#### PROVIDED DATA
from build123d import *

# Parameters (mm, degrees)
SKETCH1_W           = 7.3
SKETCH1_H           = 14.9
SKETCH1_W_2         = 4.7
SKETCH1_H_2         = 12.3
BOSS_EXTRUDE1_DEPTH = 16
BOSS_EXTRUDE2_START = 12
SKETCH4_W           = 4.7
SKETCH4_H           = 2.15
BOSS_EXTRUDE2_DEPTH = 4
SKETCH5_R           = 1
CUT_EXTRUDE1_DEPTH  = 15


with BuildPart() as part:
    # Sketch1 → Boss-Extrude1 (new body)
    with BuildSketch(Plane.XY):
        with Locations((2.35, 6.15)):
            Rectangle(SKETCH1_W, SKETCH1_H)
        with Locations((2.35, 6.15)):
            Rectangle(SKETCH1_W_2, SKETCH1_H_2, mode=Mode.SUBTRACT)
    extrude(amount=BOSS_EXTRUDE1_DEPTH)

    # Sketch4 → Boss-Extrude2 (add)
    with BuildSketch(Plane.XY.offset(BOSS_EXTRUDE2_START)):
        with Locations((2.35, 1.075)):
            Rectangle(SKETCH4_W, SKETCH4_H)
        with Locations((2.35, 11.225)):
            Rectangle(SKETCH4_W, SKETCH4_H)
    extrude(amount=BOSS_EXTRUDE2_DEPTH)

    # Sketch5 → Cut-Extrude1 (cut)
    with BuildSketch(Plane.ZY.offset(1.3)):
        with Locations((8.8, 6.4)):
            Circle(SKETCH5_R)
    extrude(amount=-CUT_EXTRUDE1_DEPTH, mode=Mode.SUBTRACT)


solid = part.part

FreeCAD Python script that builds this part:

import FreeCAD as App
import Part
import Sketcher
from FreeCAD import Vector
Q = App.Units.Quantity


def add_polygon(sketch, points):
    """Adds a closed chain of lines whose ends are joined by coincident constraints."""
    first, n = sketch.GeometryCount, len(points)
    for a, b in zip(points, points[1:] + points[:1]):
        sketch.addGeometry(Part.LineSegment(App.Vector(*a, 0), App.Vector(*b, 0)), False)
    for i in range(n):
        sketch.addConstraint(Sketcher.Constraint("Coincident", first + i, 2, first + (i + 1) % n, 1))

doc = App.newDocument("Part")
body = doc.addObject("PartDesign::Body", "Body")

# Sketch on XY plane
sketch1 = body.newObject("Sketcher::SketchObject", "Sketch")
sketch1.AttachmentSupport = (doc.getObject("XY_Plane"), [""])
sketch1.MapMode = "FlatFace"
add_polygon(sketch1, [(-1.3, 13.6), (-1.3, -1.3), (6, -1.3), (6, 13.6)])  # lines 0-3
add_polygon(sketch1, [(4.7, 0), (0, 0), (0, 12.3), (4.7, 12.3)])  # lines 4-7
sketch1.addConstraint([
    Sketcher.Constraint("Vertical", 0),
    Sketcher.Constraint("Horizontal", 1),
    Sketcher.Constraint("Vertical", 2),
    Sketcher.Constraint("Horizontal", 3),
    Sketcher.Constraint("Horizontal", 4),
    Sketcher.Constraint("Vertical", 5),
    Sketcher.Constraint("Horizontal", 6),
    Sketcher.Constraint("Vertical", 7),
    Sketcher.Constraint("Coincident", 4, 2, -1, 1),
    Sketcher.Constraint("DistanceX", 1, 1, 1, 2, Q("7.3 mm")),
    Sketcher.Constraint("DistanceX", 4, 2, 4, 1, Q("4.7 mm")),
    Sketcher.Constraint("DistanceY", 0, 2, 0, 1, Q("14.9 mm")),
    Sketcher.Constraint("DistanceY", 5, 1, 5, 2, Q("12.3 mm")),
    Sketcher.Constraint("DistanceX", -1, 1, 1, 2, Q("6 mm")),
    Sketcher.Constraint("DistanceY", 0, 2, -1, 1, Q("1.3 mm")),
])
pad1 = body.newObject("PartDesign::Pad", "Pad")
pad1.Profile = sketch1
pad1.Length = 16

# Sketch on XY plane
sketch2 = body.newObject("Sketcher::SketchObject", "Sketch001")
sketch2.AttachmentSupport = (doc.getObject("XY_Plane"), [""])
sketch2.MapMode = "FlatFace"
sketch2.AttachmentOffset = App.Placement(Vector(0, 0, 12), App.Rotation())
add_polygon(sketch2, [(0, 2.1), (0, 0), (4.7, 0), (4.7, 2.1)])  # lines 0-3
add_polygon(sketch2, [(0, 12.3), (0, 10.2), (4.7, 10.2), (4.7, 12.3)])  # lines 4-7
sketch2.addConstraint([
    Sketcher.Constraint("Vertical", 0),
    Sketcher.Constraint("Horizontal", 1),
    Sketcher.Constraint("Vertical", 2),
    Sketcher.Constraint("Horizontal", 3),
    Sketcher.Constraint("Vertical", 4),
    Sketcher.Constraint("Horizontal", 5),
    Sketcher.Constraint("Vertical", 6),
    Sketcher.Constraint("Horizontal", 7),
    Sketcher.Constraint("Coincident", 0, 2, -1, 1),
    Sketcher.Constraint("PointOnObject", 4, 2, -2),
    Sketcher.Constraint("Vertical", 2, 2, 5, 2),
    Sketcher.Constraint("Equal", 2, 4),
    Sketcher.Constraint("DistanceX", 1, 1, 1, 2, Q("4.7 mm")),
    Sketcher.Constraint("DistanceY", 3, 2, 4, 2, Q("8 mm")),
    Sketcher.Constraint("DistanceY", 0, 2, 0, 1, Q("2.15 mm")),
])
pad2 = body.newObject("PartDesign::Pad", "Pad001")
pad2.Profile = sketch2
pad2.Length = 4

# Sketch on YZ plane
sketch3 = body.newObject("Sketcher::SketchObject", "Sketch002")
sketch3.AttachmentSupport = (doc.getObject("YZ_Plane"), [""])
sketch3.MapMode = "FlatFace"
sketch3.AttachmentOffset = App.Placement(Vector(0, 0, -1.3), App.Rotation())
sketch3.addGeometry(Part.Circle(Vector(6.4, 8.8, 0), Vector(0, 0, 1), 1), False)
sketch3.addConstraint([
    Sketcher.Constraint("Diameter", 0, Q("2 mm")),
    Sketcher.Constraint("DistanceX", -1, 1, 0, 3, Q("6.4 mm")),
    Sketcher.Constraint("DistanceY", -1, 1, 0, 3, Q("8.8 mm")),
])
pocket1 = body.newObject("PartDesign::Pocket", "Pocket")
pocket1.Profile = sketch3
pocket1.Length = 15
pocket1.Reversed = True

doc.recompute()
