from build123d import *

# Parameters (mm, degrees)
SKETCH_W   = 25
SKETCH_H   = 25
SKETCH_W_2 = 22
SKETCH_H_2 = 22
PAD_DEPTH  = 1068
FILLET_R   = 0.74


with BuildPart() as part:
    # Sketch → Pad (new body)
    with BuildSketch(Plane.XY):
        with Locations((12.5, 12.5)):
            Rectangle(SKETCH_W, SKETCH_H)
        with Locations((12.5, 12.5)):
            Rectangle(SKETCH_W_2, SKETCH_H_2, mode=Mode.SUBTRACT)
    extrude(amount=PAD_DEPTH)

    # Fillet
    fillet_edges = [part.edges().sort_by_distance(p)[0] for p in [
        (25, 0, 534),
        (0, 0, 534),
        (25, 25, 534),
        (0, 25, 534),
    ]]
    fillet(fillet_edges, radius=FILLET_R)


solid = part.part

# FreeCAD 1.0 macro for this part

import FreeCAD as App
import Part
import Sketcher
from FreeCAD import Vector
Q = App.Units.Quantity


def edges_at(feature, points):
    """Names of the edges that pass closest to the given points."""
    edges = feature.Shape.Edges
    near = lambda p: min(range(len(edges)), key=lambda i: edges[i].distToShape(Part.Vertex(*p))[0])
    return sorted({f"Edge{near(p) + 1}" for p in points})

doc = App.newDocument("Part")
params = doc.addObject("Spreadsheet::Sheet", "Params")
for row, (alias, value) in enumerate([
    ("sketch1_width", "25 mm"),
    ("sketch1_width2", "22 mm"),
    ("pad1_length", "1068 mm"),
    ("fillet_radius", "0.74 mm"),
], start=1):
    params.set(f"A{row}", alias)
    params.set(f"B{row}", "=" + value)
    params.setAlias(f"B{row}", alias)

body = doc.addObject("PartDesign::Body", "Body")

sketch1 = body.newObject("Sketcher::SketchObject", "Sketch")
sketch1.AttachmentSupport = (doc.getObject("XY_Plane"), [""])
sketch1.MapMode = "FlatFace"
sketch1.addGeometry([
    Part.LineSegment(Vector(0, 25, 0), Vector(0, 0, 0)),
    Part.LineSegment(Vector(0, 0, 0), Vector(25, 0, 0)),
    Part.LineSegment(Vector(25, 0, 0), Vector(25, 25, 0)),
    Part.LineSegment(Vector(25, 25, 0), Vector(0, 25, 0)),
    Part.LineSegment(Vector(24, 2, 0), Vector(2, 2, 0)),
    Part.LineSegment(Vector(2, 2, 0), Vector(2, 24, 0)),
    Part.LineSegment(Vector(2, 24, 0), Vector(24, 24, 0)),
    Part.LineSegment(Vector(24, 24, 0), Vector(24, 2, 0)),
], False)
sketch1.addConstraint([
    Sketcher.Constraint("Coincident", 0, 2, 1, 1),
    Sketcher.Constraint("Coincident", 1, 2, 2, 1),
    Sketcher.Constraint("Coincident", 2, 2, 3, 1),
    Sketcher.Constraint("Coincident", 3, 2, 0, 1),
    Sketcher.Constraint("Coincident", 4, 2, 5, 1),
    Sketcher.Constraint("Coincident", 5, 2, 6, 1),
    Sketcher.Constraint("Coincident", 6, 2, 7, 1),
    Sketcher.Constraint("Coincident", 7, 2, 4, 1),
    Sketcher.Constraint("Vertical", 0),
    Sketcher.Constraint("Horizontal", 1),
    Sketcher.Constraint("Vertical", 2),
    Sketcher.Constraint("Horizontal", 3),
    Sketcher.Constraint("Horizontal", 4),
    Sketcher.Constraint("Vertical", 5),
    Sketcher.Constraint("Horizontal", 6),
    Sketcher.Constraint("Vertical", 7),
    Sketcher.Constraint("Coincident", 0, 2, -1, 1),
    Sketcher.Constraint("Equal", 3, 0),
    Sketcher.Constraint("Equal", 6, 5),
    Sketcher.Constraint("DistanceX", 1, 1, 1, 2, Q("25 mm")),
    Sketcher.Constraint("DistanceX", 4, 2, 4, 1, Q("22 mm")),
    Sketcher.Constraint("DistanceX", -1, 1, 4, 2, Q("1.5 mm")),
    Sketcher.Constraint("DistanceY", -1, 1, 4, 2, Q("1.5 mm")),
])
sketch1.setExpression("Constraints[19]", "Params.sketch1_width")
sketch1.setExpression("Constraints[20]", "Params.sketch1_width2")
pad1 = body.newObject("PartDesign::Pad", "Pad")
pad1.Profile = sketch1
pad1.setExpression("Length", "Params.pad1_length")
doc.recompute()

fillet = body.newObject("PartDesign::Fillet", "Fillet")
fillet.Base = (pad1, edges_at(pad1, [
    (25, 0, 534),
    (0, 0, 534),
    (25, 25, 534),
    (0, 25, 534),
]))
fillet.setExpression("Radius", "Params.fillet_radius")

doc.recompute()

#### DIRECTIONS
Find every line in the records that uses the string "Locations", then copy it.

#### ANSWER BELOW
        with Locations((2.35, 6.15)):
        with Locations((2.35, 6.15)):
        with Locations((2.35, 1.075)):
        with Locations((2.35, 11.225)):
        with Locations((8.8, 6.4)):
        with Locations((12.5, 12.5)):
        with Locations((12.5, 12.5)):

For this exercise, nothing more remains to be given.